A aprovação abre caminhos para que projetos sobre criminalização do porte de maconha, criminalização do aborto e proibição de casamentos homoafetivos, assuntos que também já passaram pela Corte, sejam estabelecidos nas casas legislativas.

O STF emitiu um veredicto por 9 votos a 2, na quinta-feira passada (21), determinando que a data da promulgação da Constituição Federal, 5 de outubro de 1988, não deve ser utilizada como critério único para definir a ocupação tradicional de terras indígenas. No entanto, em uma rápida articulação da bancada ruralista e senadores alinhados à direita política, o projeto do marco temporal foi aprovado quase uma semana depois, reafirmando o ano de 1988 como marco para demarcação de terras indígenas. 

Duas senadoras de Mato Grosso do Sul, Soraya Thronicke (Podemos) e Tereza Cristina (PP), votaram a favor do projeto, enquanto o senador Nelsinho Trad (PSD) não participou da votação. Agora, o projeto segue para a sanção da Presidência da República.

A base do governo planeja solicitar o veto presidencial ao projeto e buscar apoio para manter o veto, quando o projeto retornar ao Congresso. Enquanto isso, a oposição celebrou a aprovação, indicando a intensificação dos debates e embates políticos em torno desse tema controverso e de outros assuntos igualmente sensíveis.

Marco temporal 

A senadora Tereza Cristina afirmou, durante entrevista, na “Rádio Bandeirantes” que o projeto representa uma forma de prestar contas à sociedade, destacando a importância dele na pacificação nacional. “Na minha visão, é a única maneira de se pacificar o país e ter segurança jurídica tanto para os indígenas quanto para os produtores. Estou feliz de que o Congresso fez a sua parte e foi até uma surpresa o número de 43 favoráveis.”

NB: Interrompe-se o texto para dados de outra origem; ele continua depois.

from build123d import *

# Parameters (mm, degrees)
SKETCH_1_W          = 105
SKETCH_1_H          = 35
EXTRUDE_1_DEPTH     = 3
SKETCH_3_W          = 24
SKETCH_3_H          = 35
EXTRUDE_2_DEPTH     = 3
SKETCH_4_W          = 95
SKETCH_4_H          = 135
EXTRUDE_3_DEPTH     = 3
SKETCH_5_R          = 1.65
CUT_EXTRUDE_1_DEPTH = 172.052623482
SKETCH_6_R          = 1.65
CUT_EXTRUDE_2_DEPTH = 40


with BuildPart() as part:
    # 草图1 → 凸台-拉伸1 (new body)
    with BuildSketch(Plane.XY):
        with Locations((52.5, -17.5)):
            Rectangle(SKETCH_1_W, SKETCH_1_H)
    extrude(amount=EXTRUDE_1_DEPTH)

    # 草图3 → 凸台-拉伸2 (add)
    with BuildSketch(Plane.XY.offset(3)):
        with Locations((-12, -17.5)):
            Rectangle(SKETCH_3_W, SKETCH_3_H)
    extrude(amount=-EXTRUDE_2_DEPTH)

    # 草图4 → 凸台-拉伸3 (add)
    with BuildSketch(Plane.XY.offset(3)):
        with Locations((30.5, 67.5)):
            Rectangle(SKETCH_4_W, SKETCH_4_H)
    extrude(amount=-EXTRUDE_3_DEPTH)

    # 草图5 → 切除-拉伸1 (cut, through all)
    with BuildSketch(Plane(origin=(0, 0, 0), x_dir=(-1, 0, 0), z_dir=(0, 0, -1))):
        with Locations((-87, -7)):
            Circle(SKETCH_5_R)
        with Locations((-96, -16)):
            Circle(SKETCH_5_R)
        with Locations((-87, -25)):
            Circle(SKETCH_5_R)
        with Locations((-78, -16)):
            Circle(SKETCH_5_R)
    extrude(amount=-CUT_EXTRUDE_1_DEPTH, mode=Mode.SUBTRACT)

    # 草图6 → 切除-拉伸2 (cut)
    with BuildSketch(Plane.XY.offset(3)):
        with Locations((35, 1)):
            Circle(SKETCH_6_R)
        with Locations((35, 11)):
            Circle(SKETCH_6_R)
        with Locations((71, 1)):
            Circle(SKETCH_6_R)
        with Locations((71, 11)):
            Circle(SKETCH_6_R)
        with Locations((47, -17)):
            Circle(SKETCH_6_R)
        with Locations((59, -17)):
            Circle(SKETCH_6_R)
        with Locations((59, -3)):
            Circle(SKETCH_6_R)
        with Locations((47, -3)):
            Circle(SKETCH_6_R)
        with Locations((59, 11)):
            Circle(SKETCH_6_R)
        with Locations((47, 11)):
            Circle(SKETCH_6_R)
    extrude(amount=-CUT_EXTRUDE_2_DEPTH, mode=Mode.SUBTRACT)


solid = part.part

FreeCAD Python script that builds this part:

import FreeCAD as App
import Part
import Sketcher
from FreeCAD import Vector


def add_polygon(sketch, points):
    """Adds a closed chain of lines whose ends are joined by coincident constraints."""
    first, n = sketch.GeometryCount, len(points)
    for a, b in zip(points, points[1:] + points[:1]):
        sketch.addGeometry(Part.LineSegment(App.Vector(*a, 0), App.Vector(*b, 0)), False)
    for i in range(n):
        sketch.addConstraint(Sketcher.Constraint("Coincident", first + i, 2, first + (i + 1) % n, 1))

doc = App.newDocument("Part")
params = doc.addObject("Spreadsheet::Sheet", "Params")
for row, (alias, value) in enumerate([
    ("sketch1_width", "105 mm"),
    ("sketch1_height", "35 mm"),
    ("pad1_length", "3 mm"),
    ("sketch2_width", "24 mm"),
    ("sketch2_height", "35 mm"),
    ("pad2_length", "3 mm"),
    ("sketch3_width", "95 mm"),
    ("sketch3_height", "135 mm"),
    ("pad3_length", "3 mm"),
    ("sketch4_diameter", "3.3 mm"),
    ("sketch5_diameter", "3.3 mm"),
    ("pocket2_length", "40 mm"),
], start=1):
    params.set(f"A{row}", alias)
    params.set(f"B{row}", "=" + value)
    params.setAlias(f"B{row}", alias)

body = doc.addObject("PartDesign::Body", "Body")

# Sketch on XY plane
sketch1 = doc.addObject("Sketcher::SketchObject", "Sketch")
body.addObject(sketch1)
sketch1.AttachmentSupport = (doc.XY_Plane, [""])
sketch1.MapMode = "FlatFace"
add_polygon(sketch1, [(0, 0), (0, -35), (105, -35), (105, 0)])  # lines 0-3
sketch1.addConstraint(Sketcher.Constraint("Vertical", 0))
sketch1.addConstraint(Sketcher.Constraint("Horizontal", 1))
sketch1.addConstraint(Sketcher.Constraint("Vertical", 2))
sketch1.addConstraint(Sketcher.Constraint("Horizontal", 3))
sketch1.addConstraint(Sketcher.Constraint("Coincident", 3, 2, -1, 1))
sketch1.addConstraint(Sketcher.Constraint("DistanceX", 1, 1, 1, 2, 105.0))
sketch1.addConstraint(Sketcher.Constraint("DistanceY", 0, 2, 0, 1, 35.0))
sketch1.setExpression("Constraints[9]", "Params.sketch1_width")
sketch1.setExpression("Constraints[10]", "Params.sketch1_height")
pad1 = doc.addObject("PartDesign::Pad", "Pad")
body.addObject(pad1)
pad1.Profile = sketch1
pad1.setExpression("Length", "Params.pad1_length")

# Sketch on XY plane
sketch2 = doc.addObject("Sketcher::SketchObject", "Sketch001")
body.addObject(sketch2)
sketch2.AttachmentSupport = (doc.XY_Plane, [""])
sketch2.MapMode = "FlatFace"
sketch2.AttachmentOffset = App.Placement(Vector(0, 0, 3), App.Rotation())
add_polygon(sketch2, [(-24, 0), (-24, -35), (0, -35), (0, 0)])  # lines 0-3
sketch2.addConstraint(Sketcher.Constraint("Vertical", 0))
sketch2.addConstraint(Sketcher.Constraint("Horizontal", 1))
sketch2.addConstraint(Sketcher.Constraint("Vertical", 2))
sketch2.addConstraint(Sketcher.Constraint("Horizontal", 3))
sketch2.addConstraint(Sketcher.Constraint("Coincident", 2, 2, -1, 1))
sketch2.addConstraint(Sketcher.Constraint("DistanceX", 1, 1, 1, 2, 24.0))
sketch2.addConstraint(Sketcher.Constraint("DistanceY", 0, 2, 0, 1, 35.0))
sketch2.setExpression("Constraints[9]", "Params.sketch2_width")
sketch2.setExpression("Constraints[10]", "Params.sketch2_height")
pad2 = doc.addObject("PartDesign::Pad", "Pad001")
body.addObject(pad2)
pad2.Profile = sketch2
pad2.setExpression("Length", "Params.pad2_length")
pad2.Reversed = True

# Sketch on XY plane
sketch3 = doc.addObject("Sketcher::SketchObject", "Sketch002")
body.addObject(sketch3)
sketch3.AttachmentSupport = (doc.XY_Plane, [""])
sketch3.MapMode = "FlatFace"
sketch3.AttachmentOffset = App.Placement(Vector(0, 0, 3), App.Rotation())
add_polygon(sketch3, [(-17, 135), (-17, 0), (78, 0), (78, 135)])  # lines 0-3
sketch3.addConstraint(Sketcher.Constraint("Vertical", 0))
sketch3.addConstraint(Sketcher.Constraint("Horizontal", 1))
sketch3.addConstraint(Sketcher.Constraint("Vertical", 2))
sketch3.addConstraint(Sketcher.Constraint("Horizontal", 3))
sketch3.addConstraint(Sketcher.Constraint("PointOnObject", 0, 2, -1))
sketch3.addConstraint(Sketcher.Constraint("DistanceX", 1, 1, 1, 2, 95.0))
sketch3.addConstraint(Sketcher.Constraint("DistanceY", 0, 2, 0, 1, 135.0))
sketch3.addConstraint(Sketcher.Constraint("DistanceX", 0, 2, -1, 1, 17.0))
sketch3.setExpression("Constraints[9]", "Params.sketch3_width")
sketch3.setExpression("Constraints[10]", "Params.sketch3_height")
pad3 = doc.addObject("PartDesign::Pad", "Pad002")
body.addObject(pad3)
pad3.Profile = sketch3
pad3.setExpression("Length", "Params.pad3_length")
pad3.Reversed = True

# Sketch on XY plane
sketch4 = doc.addObject("Sketcher::SketchObject", "Sketch003")
body.addObject(sketch4)
sketch4.AttachmentSupport = (doc.XY_Plane, [""])
sketch4.MapMode = "FlatFace"
sketch4.addGeometry(Part.Circle(Vector(87, -7, 0), Vector(0, 0, 1), 1.6), False)
sketch4.addGeometry(Part.Circle(Vector(96, -16, 0), Vector(0, 0, 1), 1.6), False)
sketch4.addGeometry(Part.Circle(Vector(87, -25, 0), Vector(0, 0, 1), 1.6), False)
sketch4.addGeometry(Part.Circle(Vector(78, -16, 0), Vector(0, 0, 1), 1.6), False)
sketch4.addConstraint(Sketcher.Constraint("Equal", 0, 1))
sketch4.addConstraint(Sketcher.Constraint("Equal", 1, 2))
sketch4.addConstraint(Sketcher.Constraint("Equal", 2, 3))
sketch4.addConstraint(Sketcher.Constraint("Horizontal", 1, 3, 3, 3))
sketch4.addConstraint(Sketcher.Constraint("Vertical", 0, 3, 2, 3))
sketch4.addConstraint(Sketcher.Constraint("Diameter", 0, 3.3))
sketch4.addConstraint(Sketcher.Constraint("DistanceX", -1, 1, 0, 3, 87.0))
sketch4.addConstraint(Sketcher.Constraint("DistanceY", 0, 3, -1, 1, 7.0))
sketch4.addConstraint(Sketcher.Constraint("DistanceX", -1, 1, 1, 3, 96.0))
sketch4.addConstraint(Sketcher.Constraint("DistanceY", 1, 3, -1, 1, 16.0))
sketch4.addConstraint(Sketcher.Constraint("DistanceY", 2, 3, -1, 1, 25.0))
sketch4.addConstraint(Sketcher.Constraint("DistanceX", -1, 1, 3, 3, 78.0))
sketch4.setExpression("Constraints[5]", "Params.sketch4_diameter")
pocket1 = doc.addObject("PartDesign::Pocket", "Pocket")
body.addObject(pocket1)
pocket1.Profile = sketch4
pocket1.Type = "ThroughAll"
pocket1.Reversed = True

# Sketch on XY plane
sketch5 = doc.addObject("Sketcher::SketchObject", "Sketch004")
body.addObject(sketch5)
sketch5.AttachmentSupport = (doc.XY_Plane, [""])
sketch5.MapMode = "FlatFace"
sketch5.AttachmentOffset = App.Placement(Vector(0, 0, 3), App.Rotation())
sketch5.addGeometry(Part.Circle(Vector(35, 1, 0), Vector(0, 0, 1), 1.6), False)
sketch5.addGeometry(Part.Circle(Vector(35, 11, 0), Vector(0, 0, 1), 1.6), False)
sketch5.addGeometry(Part.Circle(Vector(71, 1, 0), Vector(0, 0, 1), 1.6), False)
sketch5.addGeometry(Part.Circle(Vector(71, 11, 0), Vector(0, 0, 1), 1.6), False)
sketch5.addGeometry(Part.Circle(Vector(47, -17, 0), Vector(0, 0, 1), 1.6), False)
sketch5.addGeometry(Part.Circle(Vector(59, -17, 0), Vector(0, 0, 1), 1.6), False)
sketch5.addGeometry(Part.Circle(Vector(59, -3, 0), Vector(0, 0, 1), 1.6), False)
sketch5.addGeometry(Part.Circle(Vector(47, -3, 0), Vector(0, 0, 1), 1.6), False)
sketch5.addGeometry(Part.Circle(Vector(59, 11, 0), Vector(0, 0, 1), 1.6), False)
sketch5.addGeometry(Part.Circle(Vector(47, 11, 0), Vector(0, 0, 1), 1.6), False)
sketch5.addConstraint(Sketcher.Constraint("Equal", 0, 1))
sketch5.addConstraint(Sketcher.Constraint("Equal", 1, 2))
sketch5.addConstraint(Sketcher.Constraint("Equal", 2, 3))
sketch5.addConstraint(Sketcher.Constraint("Equal", 3, 4))
sketch5.addConstraint(Sketcher.Constraint("Equal", 4, 5))
sketch5.addConstraint(Sketcher.Constraint("Equal", 5, 6))
sketch5.addConstraint(Sketcher.Constraint("Equal", 6, 7))
sketch5.addConstraint(Sketcher.Constraint("Equal", 7, 8))
sketch5.addConstraint(Sketcher.Constraint("Equal", 8, 9))
sketch5.addConstraint(Sketcher.Constraint("Horizontal", 0, 3, 2, 3))
sketch5.addConstraint(Sketcher.Constraint("Horizontal", 1, 3, 3, 3))
sketch5.addConstraint(Sketcher.Constraint("Horizontal", 4, 3, 5, 3))
sketch5.addConstraint(Sketcher.Constraint("Horizontal", 6, 3, 7, 3))
sketch5.addConstraint(Sketcher.Constraint("Horizontal", 3, 3, 8, 3))
sketch5.addConstraint(Sketcher.Constraint("Horizontal", 8, 3, 9, 3))
sketch5.addConstraint(Sketcher.Constraint("Vertical", 0, 3, 1, 3))
sketch5.addConstraint(Sketcher.Constraint("Vertical", 2, 3, 3, 3))
sketch5.addConstraint(Sketcher.Constraint("Vertical", 5, 3, 6, 3))
sketch5.addConstraint(Sketcher.Constraint("Vertical", 4, 3, 7, 3))
sketch5.addConstraint(Sketcher.Constraint("Vertical", 6, 3, 8, 3))
sketch5.addConstraint(Sketcher.Constraint("Vertical", 7, 3, 9, 3))
sketch5.addConstraint(Sketcher.Constraint("Diameter", 0, 3.3))
sketch5.addConstraint(Sketcher.Constraint("DistanceX", -1, 1, 0, 3, 35.0))
sketch5.addConstraint(Sketcher.Constraint("DistanceY", -1, 1, 0, 3, 1.0))
sketch5.addConstraint(Sketcher.Constraint("DistanceY", -1, 1, 1, 3, 11.0))
sketch5.addConstraint(Sketcher.Constraint("DistanceX", -1, 1, 2, 3, 71.0))
sketch5.addConstraint(Sketcher.Constraint("DistanceX", -1, 1, 4, 3, 47.0))
sketch5.addConstraint(Sketcher.Constraint("DistanceY", 4, 3, -1, 1, 17.0))
sketch5.addConstraint(Sketcher.Constraint("DistanceX", -1, 1, 5, 3, 59.0))
sketch5.addConstraint(Sketcher.Constraint("DistanceY", 6, 3, -1, 1, 3.0))
sketch5.setExpression("Constraints[21]", "Params.sketch5_diameter")
pocket2 = doc.addObject("PartDesign::Pocket", "Pocket001")
body.addObject(pocket2)
pocket2.Profile = sketch5
pocket2.setExpression("Length", "Params.pocket2_length")

doc.recompute()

Sobre o STF, a senadora diz que espera que esse tema seja uma página virada. “Não entendo a lógica dessa tese, de voltar ao ano de 1500. Claro que os indígenas estavam aqui. Mas, se houve injustiça, que se faça justiça a partir de agora. A minha lógica é completamente diferente dessa.” 

O deputado federal Rodolfo Nogueira (PL) indicou que o STF “foi irresponsável” e que se o governo vetar, os parlamentares vão se articular para derrubar o veto. Ele classificou a aprovação como uma vitória do agro. “Devido à irresponsabilidade do STF, estamos presenciando conflitos no Brasil todo. A paz no campo foi abalada, mas nós vamos recuperá- -la novamente, pois o Senado acabou de aprovar o marco temporal e o Supremo terá que respeitar a decisão.”

“É importante enfatizar que minha posição não nega, de forma alguma, os direitos dos povos indígenas. Busco uma abordagem equilibrada e coerente, que estabeleça critérios justos para demarcações de terras, garantindo simultaneamente o direito de propriedade”, disse o deputado Dr. Luiz Ovando (PP). 

A senadora Soraya disse que enquanto o Legislativo não fizer o seu papel, o Judiciário vai agir. “O projeto, que ficou parado na Câmara dos Deputados por longos 16 anos, chegou em minhas mãos para relatoria na Comissão de Agricultura e Reforma Agrária do Senado Federal e foi aprovado. Enquanto não há definição em lei, o Poder Judiciário age, na omissão do Poder Legislativo, infelizmente.” 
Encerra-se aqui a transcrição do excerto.